Here are links and resources to get you started on Pull requests.
- https://medium.com/server-side-swift-and-more/a-simple-guide-to-creating-a-github-pull-request-48fee0afd015
- https://github.com/freeCodeCamp/how-to-contribute-to-open-source/blob/master/CONTRIBUTING.md
Most important part of the pull requests are pull request descriptions which should explain the changes in the pull request to others. When making a PR, please fill the PR template and do not delete it.
A pull request title should ideally begin with the name of the file you've edited and should describe what your pull request does in 60 characters or less. In case multiple files are being edited, the PR title should just contain the changes being made in the PR.
Here is an example of a good commit message, for your convenience:
# Title: Describe the change in maximum of 60 characters.
configure.py: Fix docstring typo
# Issue link: Mention the URL of the issue it closes or fixes.
Fixes https://github.com/coala/coala/issues/4018
#Description: Describe the reasoning behind your changes in a maximum of 80 characters per line.
This fixes the typo and changes
it from wether --> whether.
Here is an example of the bad commit:
Fixing docstring typo in the which was in the spelling of whether.
- This will take a lot of time for code maintainers to investigate the change and to locate the files in which changes were made.
You can see that the commit is more readable and understandable in the good commit example.
So we would request you to follow our commit guidelines. By following this standard we want to have maintainability of the code.

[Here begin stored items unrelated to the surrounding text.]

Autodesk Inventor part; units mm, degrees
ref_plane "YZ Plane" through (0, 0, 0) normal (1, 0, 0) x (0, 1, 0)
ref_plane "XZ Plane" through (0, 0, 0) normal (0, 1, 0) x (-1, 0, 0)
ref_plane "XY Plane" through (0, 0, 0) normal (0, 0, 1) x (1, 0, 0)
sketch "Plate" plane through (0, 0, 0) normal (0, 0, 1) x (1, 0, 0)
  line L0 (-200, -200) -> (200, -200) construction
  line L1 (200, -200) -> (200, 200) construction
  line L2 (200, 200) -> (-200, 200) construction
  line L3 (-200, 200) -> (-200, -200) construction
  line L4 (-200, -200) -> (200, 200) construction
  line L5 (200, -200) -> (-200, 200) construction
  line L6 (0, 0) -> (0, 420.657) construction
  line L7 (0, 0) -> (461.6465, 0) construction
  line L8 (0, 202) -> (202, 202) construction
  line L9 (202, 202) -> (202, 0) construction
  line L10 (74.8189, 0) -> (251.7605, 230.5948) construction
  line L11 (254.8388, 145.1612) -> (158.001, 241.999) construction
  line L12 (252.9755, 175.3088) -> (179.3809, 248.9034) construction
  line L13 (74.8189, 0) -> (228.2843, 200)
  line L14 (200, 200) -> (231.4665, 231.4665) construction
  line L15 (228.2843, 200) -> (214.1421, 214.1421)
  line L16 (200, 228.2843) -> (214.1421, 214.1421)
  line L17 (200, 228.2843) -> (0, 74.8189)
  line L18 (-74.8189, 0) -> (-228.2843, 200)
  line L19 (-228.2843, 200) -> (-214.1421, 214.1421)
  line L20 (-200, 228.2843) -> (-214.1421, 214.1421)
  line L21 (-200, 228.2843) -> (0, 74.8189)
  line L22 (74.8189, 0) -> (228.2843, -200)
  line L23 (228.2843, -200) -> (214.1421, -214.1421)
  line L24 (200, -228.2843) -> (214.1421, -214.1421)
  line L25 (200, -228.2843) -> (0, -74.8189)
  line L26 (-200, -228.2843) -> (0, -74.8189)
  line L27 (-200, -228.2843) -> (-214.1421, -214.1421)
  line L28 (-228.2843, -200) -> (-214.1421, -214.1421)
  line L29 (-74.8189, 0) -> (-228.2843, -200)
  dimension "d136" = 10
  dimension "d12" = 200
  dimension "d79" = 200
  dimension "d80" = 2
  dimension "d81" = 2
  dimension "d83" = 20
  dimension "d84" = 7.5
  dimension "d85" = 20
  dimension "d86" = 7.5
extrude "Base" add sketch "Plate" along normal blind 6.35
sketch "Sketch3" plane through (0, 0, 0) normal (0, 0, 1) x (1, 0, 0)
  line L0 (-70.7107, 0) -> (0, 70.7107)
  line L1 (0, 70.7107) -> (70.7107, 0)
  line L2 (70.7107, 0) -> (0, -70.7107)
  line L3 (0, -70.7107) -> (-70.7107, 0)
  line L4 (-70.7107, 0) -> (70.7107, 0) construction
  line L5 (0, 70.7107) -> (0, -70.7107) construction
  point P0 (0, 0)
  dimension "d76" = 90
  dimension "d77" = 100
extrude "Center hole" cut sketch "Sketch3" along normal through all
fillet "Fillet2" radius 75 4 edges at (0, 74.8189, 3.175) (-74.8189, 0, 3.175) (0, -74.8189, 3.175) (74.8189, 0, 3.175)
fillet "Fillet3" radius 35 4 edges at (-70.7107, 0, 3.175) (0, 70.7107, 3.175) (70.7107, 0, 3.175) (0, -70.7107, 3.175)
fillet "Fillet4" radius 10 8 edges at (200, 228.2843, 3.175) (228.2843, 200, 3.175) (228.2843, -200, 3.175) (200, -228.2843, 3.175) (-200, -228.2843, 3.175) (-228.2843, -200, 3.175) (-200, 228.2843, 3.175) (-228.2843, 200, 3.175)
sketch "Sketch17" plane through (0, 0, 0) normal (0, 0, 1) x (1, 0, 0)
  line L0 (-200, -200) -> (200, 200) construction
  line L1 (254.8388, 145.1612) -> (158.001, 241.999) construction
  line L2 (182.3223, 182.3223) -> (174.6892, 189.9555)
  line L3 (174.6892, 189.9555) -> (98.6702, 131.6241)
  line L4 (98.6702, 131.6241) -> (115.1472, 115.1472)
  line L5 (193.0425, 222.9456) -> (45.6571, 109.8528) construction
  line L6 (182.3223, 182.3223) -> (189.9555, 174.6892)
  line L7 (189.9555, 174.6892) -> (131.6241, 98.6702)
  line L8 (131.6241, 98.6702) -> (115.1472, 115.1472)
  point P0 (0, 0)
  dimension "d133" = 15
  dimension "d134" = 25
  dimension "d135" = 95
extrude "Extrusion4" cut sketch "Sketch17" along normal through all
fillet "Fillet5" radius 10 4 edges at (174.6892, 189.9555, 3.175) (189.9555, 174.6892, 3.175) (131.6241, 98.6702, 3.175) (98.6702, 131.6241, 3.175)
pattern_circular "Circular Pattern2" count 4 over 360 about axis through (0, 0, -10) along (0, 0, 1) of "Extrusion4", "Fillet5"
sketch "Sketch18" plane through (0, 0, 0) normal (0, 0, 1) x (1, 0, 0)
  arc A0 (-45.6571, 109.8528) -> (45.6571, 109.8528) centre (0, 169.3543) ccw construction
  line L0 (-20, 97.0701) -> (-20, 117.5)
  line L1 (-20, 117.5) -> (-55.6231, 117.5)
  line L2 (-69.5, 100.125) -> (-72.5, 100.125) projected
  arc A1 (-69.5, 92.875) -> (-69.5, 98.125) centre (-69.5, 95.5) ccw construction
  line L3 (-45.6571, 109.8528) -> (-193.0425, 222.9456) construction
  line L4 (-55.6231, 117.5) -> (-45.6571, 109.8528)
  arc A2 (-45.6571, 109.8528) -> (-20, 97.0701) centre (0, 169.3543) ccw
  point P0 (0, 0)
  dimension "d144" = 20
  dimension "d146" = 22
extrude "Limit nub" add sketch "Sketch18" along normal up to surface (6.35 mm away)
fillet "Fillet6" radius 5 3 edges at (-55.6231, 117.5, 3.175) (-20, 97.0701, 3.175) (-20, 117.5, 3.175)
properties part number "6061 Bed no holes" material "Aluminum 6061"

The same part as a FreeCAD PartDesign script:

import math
import FreeCAD as App
import Part
import Sketcher

V = App.Vector
Q = App.Units.Quantity


def edges_at(feature, points):
    """Names of the edges that pass closest to the given points."""
    edges = feature.Shape.Edges
    near = lambda p: min(range(len(edges)), key=lambda i: edges[i].distToShape(Part.Vertex(*p))[0])
    return sorted({f"Edge{near(p) + 1}" for p in points})

doc = App.newDocument("Part")
params = doc.addObject("Spreadsheet::Sheet", "Params")
for row, (alias, value) in enumerate([
    ("sketch1_length", "20 mm"),
    ("pad1_length", "6.35 mm"),
    ("sketch2_length", "100 mm"),
    ("fillet_radius", "75 mm"),
    ("fillet2_radius", "35 mm"),
    ("fillet3_radius", "10 mm"),
    ("fillet4_radius", "10 mm"),
    ("sketch4_height", "20.43 mm"),
    ("pad2_length", "6.35 mm"),
    ("fillet5_radius", "5 mm"),
], start=1):
    params.set(f"A{row}", alias)
    params.set(f"B{row}", "=" + value)
    params.setAlias(f"B{row}", alias)

body = doc.addObject("PartDesign::Body", "Body")

# Sketch on XY plane
sketch1 = body.newObject("Sketcher::SketchObject", "Sketch")
sketch1.AttachmentSupport = (doc.getObject("XY_Plane"), [""])
sketch1.MapMode = "FlatFace"
sketch1.addGeometry(Part.LineSegment(V(228, -200, 0), V(75, 0, 0)), False)
sketch1.addGeometry(Part.LineSegment(V(75, 0, 0), V(228, 200, 0)), False)
sketch1.addGeometry(Part.LineSegment(V(228, 200, 0), V(214, 214, 0)), False)
sketch1.addGeometry(Part.LineSegment(V(214, 214, 0), V(200, 228, 0)), False)
sketch1.addGeometry(Part.LineSegment(V(200, 228, 0), V(0, 75, 0)), False)
sketch1.addGeometry(Part.LineSegment(V(0, 75, 0), V(-200, 228, 0)), False)
sketch1.addGeometry(Part.LineSegment(V(-200, 228, 0), V(-214, 214, 0)), False)
sketch1.addGeometry(Part.LineSegment(V(-214, 214, 0), V(-228, 200, 0)), False)
sketch1.addGeometry(Part.LineSegment(V(-228, 200, 0), V(-75, 0, 0)), False)
sketch1.addGeometry(Part.LineSegment(V(-75, 0, 0), V(-228, -200, 0)), False)
sketch1.addGeometry(Part.LineSegment(V(-228, -200, 0), V(-214, -214, 0)), False)
sketch1.addGeometry(Part.LineSegment(V(-214, -214, 0), V(-200, -228, 0)), False)
sketch1.addGeometry(Part.LineSegment(V(-200, -228, 0), V(0, -75, 0)), False)
sketch1.addGeometry(Part.LineSegment(V(0, -75, 0), V(200, -228, 0)), False)
sketch1.addGeometry(Part.LineSegment(V(200, -228, 0), V(214, -214, 0)), False)
sketch1.addGeometry(Part.LineSegment(V(214, -214, 0), V(228, -200, 0)), False)
sketch1.addConstraint(Sketcher.Constraint("Coincident", 0, 2, 1, 1))
sketch1.addConstraint(Sketcher.Constraint("Coincident", 1, 2, 2, 1))
sketch1.addConstraint(Sketcher.Constraint("Coincident", 2, 2, 3, 1))
sketch1.addConstraint(Sketcher.Constraint("Coincident", 3, 2, 4, 1))
sketch1.addConstraint(Sketcher.Constraint("Coincident", 4, 2, 5, 1))
sketch1.addConstraint(Sketcher.Constraint("Coincident", 5, 2, 6, 1))
sketch1.addConstraint(Sketcher.Constraint("Coincident", 6, 2, 7, 1))
sketch1.addConstraint(Sketcher.Constraint("Coincident", 7, 2, 8, 1))
sketch1.addConstraint(Sketcher.Constraint("Coincident", 8, 2, 9, 1))
sketch1.addConstraint(Sketcher.Constraint("Coincident", 9, 2, 10, 1))
sketch1.addConstraint(Sketcher.Constraint("Coincident", 10, 2, 11, 1))
sketch1.addConstraint(Sketcher.Constraint("Coincident", 11, 2, 12, 1))
sketch1.addConstraint(Sketcher.Constraint("Coincident", 12, 2, 13, 1))
sketch1.addConstraint(Sketcher.Constraint("Coincident", 13, 2, 14, 1))
sketch1.addConstraint(Sketcher.Constraint("Coincident", 14, 2, 15, 1))
sketch1.addConstraint(Sketcher.Constraint("Coincident", 15, 2, 0, 1))
sketch1.addConstraint(Sketcher.Constraint("Symmetric", 0, 2, 8, 2, -1, 1))
sketch1.addConstraint(Sketcher.Constraint("Symmetric", 1, 2, 9, 2, -1, 1))
sketch1.addConstraint(Sketcher.Constraint("Symmetric", 2, 2, 10, 2, -1, 1))
sketch1.addConstraint(Sketcher.Constraint("Symmetric", 3, 2, 11, 2, -1, 1))
sketch1.addConstraint(Sketcher.Constraint("Symmetric", 4, 2, 12, 2, -1, 1))
sketch1.addConstraint(Sketcher.Constraint("Symmetric", 5, 2, 13, 2, -1, 1))
sketch1.addConstraint(Sketcher.Constraint("Symmetric", 6, 2, 14, 2, -1, 1))
sketch1.addConstraint(Sketcher.Constraint("Symmetric", 7, 2, 15, 2, -1, 1))
sketch1.addConstraint(Sketcher.Constraint("Symmetric", 3, 2, 5, 2, -2))
sketch1.addConstraint(Sketcher.Constraint("Symmetric", 2, 2, 6, 2, -2))
sketch1.addConstraint(Sketcher.Constraint("Symmetric", 1, 2, 7, 2, -2))
sketch1.addConstraint(Sketcher.Constraint("PointOnObject", 0, 2, -1))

Create your own fork of the project (if you have not yet). Go to the project repository:
and click the “Fork” button.
On your computer browse to where you would like to keep the project, and clone (download) the latest code from the original repository::
$ git clone https://github.com/GirlScriptSummerOfCode/Kranti.git
$ cd Kranti
Now to install the dependencies on your local machine, insert the following code and press enter:
$ npm install
Now you are all set to work on the project locally.
- Proper & meaningful commit messages are the best way to keep code maintainable and organized.
- Always write a commit message, even if it's for small change.